# Strong prime

In mathematics, a strong prime is a prime number with certain special properties. The definitions of strong primes are different in cryptography and number theory.

## Definition in number theory

In number theory, a strong prime is a prime number that is greater than the arithmetic mean of the nearest prime above and below (in other words, it's closer to the following than to the preceding prime). Or to put it algebraically, given a prime number ${\displaystyle p_{n}}$, where n is its index in the ordered set of prime numbers, ${\displaystyle p_{n}>{{p_{n-1}+p_{n+1}} \over 2}}$. The first few strong primes are

11, 17, 29, 37, 41, 59, 67, 71, 79, 97, 101, 107, 127, 137, 149, 163, 179, 191, 197, 223, 227, 239, 251, 269, 277, 281, 307, 311, 331, 347, 367, 379, 397, 419, 431, 439, 457, 461, 479, 487, 499 (sequence A051634 in the OEIS).

For example, 17 is the seventh prime. The sixth and eighth primes, 13 and 19, add up to 32, and half that is 16. That is less than 17, thus 17 is a strong prime.

In a twin prime pair (p, p + 2) with p > 5, p is always a strong prime, since 3 must divide p − 2 which cannot be prime.

It is possible for a prime to be a strong prime both in the cryptographic sense and the number theoretic sense. For the sake of illustration, 439351292910452432574786963588089477522344331 is a strong prime in the number theoretic sense because the arithmetic mean of its two neighboring primes is 62 less. Without the aid of a computer, this number would be a strong prime in the cryptographic sense because 439351292910452432574786963588089477522344330 has the large prime factor 1747822896920092227343 (and in turn the number one less than that has the large prime factor 1683837087591611009), 439351292910452432574786963588089477522344332 has the large prime factor 864608136454559457049 (and in turn the number one less than that has the large prime factor 105646155480762397). Even using algorithms more advanced than trial division, these numbers would be difficult to factor by hand. For a modern computer algebra system, these numbers can be factored almost instantaneously. A cryptographically strong prime has to be much larger than this example.

## Definition in cryptography

In cryptography, a prime number ${\displaystyle p}$ is strong if the following conditions are satisfied.[1]

• ${\displaystyle p}$ is sufficiently large to be useful in cryptography; typically this requires ${\displaystyle p}$ to be too large for plausible computational resources to enable a cryptanalyst to factorise products of ${\displaystyle p}$ multiplied by other strong primes.
• ${\displaystyle p-1}$ has large prime factors.

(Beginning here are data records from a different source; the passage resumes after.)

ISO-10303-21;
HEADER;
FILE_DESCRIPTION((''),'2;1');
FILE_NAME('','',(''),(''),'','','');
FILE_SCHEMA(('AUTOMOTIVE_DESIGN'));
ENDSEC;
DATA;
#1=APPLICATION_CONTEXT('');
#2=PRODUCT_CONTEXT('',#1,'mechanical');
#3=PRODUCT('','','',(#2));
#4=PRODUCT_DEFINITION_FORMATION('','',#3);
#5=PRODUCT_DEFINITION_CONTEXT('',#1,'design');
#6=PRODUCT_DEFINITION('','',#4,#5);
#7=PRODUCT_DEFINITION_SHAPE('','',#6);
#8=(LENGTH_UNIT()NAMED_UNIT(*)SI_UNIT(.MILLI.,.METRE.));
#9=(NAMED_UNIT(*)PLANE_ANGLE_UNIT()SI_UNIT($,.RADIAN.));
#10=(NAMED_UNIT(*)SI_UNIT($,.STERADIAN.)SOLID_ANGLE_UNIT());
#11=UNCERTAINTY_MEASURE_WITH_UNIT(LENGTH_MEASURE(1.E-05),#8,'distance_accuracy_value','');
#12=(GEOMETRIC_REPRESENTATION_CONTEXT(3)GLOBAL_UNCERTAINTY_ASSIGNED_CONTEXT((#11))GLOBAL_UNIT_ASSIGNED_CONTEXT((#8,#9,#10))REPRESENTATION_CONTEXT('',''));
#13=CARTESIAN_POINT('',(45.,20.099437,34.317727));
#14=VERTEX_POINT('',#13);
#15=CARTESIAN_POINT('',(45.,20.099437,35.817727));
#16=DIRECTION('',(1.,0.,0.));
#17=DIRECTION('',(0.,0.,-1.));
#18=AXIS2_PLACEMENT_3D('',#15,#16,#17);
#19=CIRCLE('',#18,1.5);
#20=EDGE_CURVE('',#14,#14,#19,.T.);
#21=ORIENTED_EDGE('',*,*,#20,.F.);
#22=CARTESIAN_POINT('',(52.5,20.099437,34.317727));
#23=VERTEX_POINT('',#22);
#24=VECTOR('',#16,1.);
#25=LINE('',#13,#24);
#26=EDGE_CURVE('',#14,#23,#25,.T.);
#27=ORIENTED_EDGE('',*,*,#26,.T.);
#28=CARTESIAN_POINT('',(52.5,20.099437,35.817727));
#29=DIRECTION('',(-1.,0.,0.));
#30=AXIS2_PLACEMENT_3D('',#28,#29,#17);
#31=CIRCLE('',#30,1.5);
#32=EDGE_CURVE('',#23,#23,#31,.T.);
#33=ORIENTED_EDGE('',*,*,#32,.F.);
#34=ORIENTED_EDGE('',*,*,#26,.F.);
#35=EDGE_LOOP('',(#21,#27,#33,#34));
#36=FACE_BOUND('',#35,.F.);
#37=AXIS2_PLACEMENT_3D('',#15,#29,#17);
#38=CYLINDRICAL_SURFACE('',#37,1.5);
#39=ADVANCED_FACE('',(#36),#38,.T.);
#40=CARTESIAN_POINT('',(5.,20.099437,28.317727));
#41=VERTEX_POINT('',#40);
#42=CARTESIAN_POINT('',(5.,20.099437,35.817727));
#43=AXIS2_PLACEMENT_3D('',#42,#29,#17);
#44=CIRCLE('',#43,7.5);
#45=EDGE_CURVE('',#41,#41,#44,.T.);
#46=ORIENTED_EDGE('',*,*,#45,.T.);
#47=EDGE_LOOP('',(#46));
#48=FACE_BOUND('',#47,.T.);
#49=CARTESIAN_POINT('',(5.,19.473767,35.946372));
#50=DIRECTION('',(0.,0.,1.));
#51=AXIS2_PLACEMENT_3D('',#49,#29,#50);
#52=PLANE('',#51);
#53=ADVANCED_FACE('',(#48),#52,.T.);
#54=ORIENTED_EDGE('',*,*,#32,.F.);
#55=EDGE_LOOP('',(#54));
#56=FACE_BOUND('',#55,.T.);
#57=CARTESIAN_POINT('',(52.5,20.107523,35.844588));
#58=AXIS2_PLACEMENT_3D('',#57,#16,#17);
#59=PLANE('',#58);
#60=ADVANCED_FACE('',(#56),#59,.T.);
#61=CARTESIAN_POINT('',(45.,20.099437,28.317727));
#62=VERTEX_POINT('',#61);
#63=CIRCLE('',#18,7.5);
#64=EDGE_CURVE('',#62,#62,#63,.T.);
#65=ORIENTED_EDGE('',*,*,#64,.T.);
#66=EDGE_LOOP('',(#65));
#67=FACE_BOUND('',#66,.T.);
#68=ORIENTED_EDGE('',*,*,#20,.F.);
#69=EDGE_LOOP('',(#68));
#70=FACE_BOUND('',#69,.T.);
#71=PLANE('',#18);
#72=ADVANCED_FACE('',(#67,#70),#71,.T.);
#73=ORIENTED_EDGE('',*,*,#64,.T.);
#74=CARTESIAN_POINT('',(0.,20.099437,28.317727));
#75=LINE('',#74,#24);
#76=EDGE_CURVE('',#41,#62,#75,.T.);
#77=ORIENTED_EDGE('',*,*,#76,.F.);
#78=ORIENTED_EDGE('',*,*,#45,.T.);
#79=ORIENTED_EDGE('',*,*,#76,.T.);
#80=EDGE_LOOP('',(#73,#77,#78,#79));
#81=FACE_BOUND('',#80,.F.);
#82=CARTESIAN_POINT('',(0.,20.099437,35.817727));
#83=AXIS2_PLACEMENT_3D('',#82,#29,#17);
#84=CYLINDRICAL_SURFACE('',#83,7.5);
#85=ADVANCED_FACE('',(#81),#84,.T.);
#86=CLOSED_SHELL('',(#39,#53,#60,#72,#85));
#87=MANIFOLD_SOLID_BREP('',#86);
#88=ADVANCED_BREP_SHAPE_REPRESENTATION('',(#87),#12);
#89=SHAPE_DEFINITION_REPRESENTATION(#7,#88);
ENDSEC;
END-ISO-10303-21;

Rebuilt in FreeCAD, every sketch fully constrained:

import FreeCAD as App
import Part
import Sketcher
from FreeCAD import Vector

doc = App.newDocument("Part")
body = doc.addObject("PartDesign::Body", "Body")

sketch1 = body.newObject("Sketcher::SketchObject", "Sketch")
sketch1.AttachmentSupport = (doc.getObject("YZ_Plane"), [""])
sketch1.MapMode = "FlatFace"
sketch1.addGeometry(Part.Circle(Vector(20.099437, 35.817727, 0), Vector(0, 0, 1), 7.5), False)
sketch1.addConstraint([
    Sketcher.Constraint("Diameter", 0, 15.0),
    Sketcher.Constraint("DistanceX", -1, 1, 0, 3, 20.099437),
    Sketcher.Constraint("DistanceY", -1, 1, 0, 3, 35.817727),
])
pad1 = body.newObject("PartDesign::Pad", "Pad")
pad1.Profile = sketch1
pad1.Length = 45

sketch2 = body.newObject("Sketcher::SketchObject", "Sketch001")
sketch2.AttachmentSupport = (doc.getObject("YZ_Plane"), [""])
sketch2.MapMode = "FlatFace"
sketch2.AttachmentOffset = App.Placement(Vector(0, 0, 45), App.Rotation())
sketch2.addGeometry(Part.Circle(Vector(20.099437, 35.817727, 0), Vector(0, 0, 1), 1.5), False)
sketch2.addConstraint([
    Sketcher.Constraint("Diameter", 0, 3.0),
    Sketcher.Constraint("DistanceX", -1, 1, 0, 3, 20.099437),
    Sketcher.Constraint("DistanceY", -1, 1, 0, 3, 35.817727),
])
pad2 = body.newObject("PartDesign::Pad", "Pad001")
pad2.Profile = sketch2
pad2.Length = 15

sketch3 = body.newObject("Sketcher::SketchObject", "Sketch002")
sketch3.AttachmentSupport = (doc.getObject("YZ_Plane"), [""])
sketch3.MapMode = "FlatFace"
sketch3.addGeometry(Part.Circle(Vector(19.473767, 35.946372, 0), Vector(0, 0, 1), 19.310172), False)
sketch3.addConstraint([
    Sketcher.Constraint("Diameter", 0, 38.620344),
    Sketcher.Constraint("DistanceX", -1, 1, 0, 3, 19.473767),
    Sketcher.Constraint("DistanceY", -1, 1, 0, 3, 35.946372),
])
pocket1 = body.newObject("PartDesign::Pocket", "Pocket")
pocket1.Profile = sketch3
pocket1.Length = 5
pocket1.Reversed = True

sketch4 = body.newObject("Sketcher::SketchObject", "Sketch003")
sketch4.AttachmentSupport = (doc.getObject("YZ_Plane"), [""])
sketch4.MapMode = "FlatFace"
sketch4.AttachmentOffset = App.Placement(Vector(0, 0, 60), App.Rotation())
sketch4.addGeometry(Part.Circle(Vector(20.107523, 35.844588, 0), Vector(0, 0, 1), 8.741087), False)
sketch4.addConstraint([
    Sketcher.Constraint("Diameter", 0, 17.482174),
    Sketcher.Constraint("DistanceY", -1, 1, 0, 3, 35.844588),
    Sketcher.Constraint("DistanceX", -1, 1, 0, 3, 20.107523),
])
pocket2 = body.newObject("PartDesign::Pocket", "Pocket001")
pocket2.Profile = sketch4
pocket2.Length = 7.5

doc.recompute()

That is, ${\displaystyle p=a_{1}q_{1}+1}$ for some integer ${\displaystyle a_{1}}$ and large prime ${\displaystyle q_{1}}$.
• ${\displaystyle q_{1}-1}$ has large prime factors. That is, ${\displaystyle q_{1}=a_{2}q_{2}+1}$ for some integer ${\displaystyle a_{2}}$ and large prime ${\displaystyle q_{2}}$.
• ${\displaystyle p+1}$ has large prime factors. That is, ${\displaystyle p=a_{3}q_{3}-1}$ for some integer ${\displaystyle a_{3}}$ and large prime ${\displaystyle q_{3}}$

## Application of strong primes in cryptography

### Factoring-based cryptosystems

Some people suggest that in the key generation process in RSA cryptosystems, the modulus ${\displaystyle n}$ should be chosen as the product of two strong primes. This makes the factorization of ${\displaystyle n=pq}$ using Pollard's p − 1 algorithm computationally infeasible. For this reason, strong primes are required by the ANSI X9.31 standard for use in generating RSA keys for digital signatures. However, strong primes do not protect against modulus factorisation using newer algorithms such as Lenstra elliptic curve factorization and Number Field Sieve algorithm. Given the additional cost of generating strong primes RSA Security do not currently recommend their use in key generation. Similar (and more technical) argument is also given by Rivest and Silverman.[1]

### Discrete-logarithm-based cryptosystems

It is shown by Stephen Pohlig and Martin Hellman in 1978 that if all the factors of p-1 are less than ${\displaystyle \log ^{c}p}$, then the problem of solving discrete logarithm modulo p is in P. Therefore, for cryptosystems based on discrete logarithm, such as DSA, it is required that p-1 have at least one large prime factor.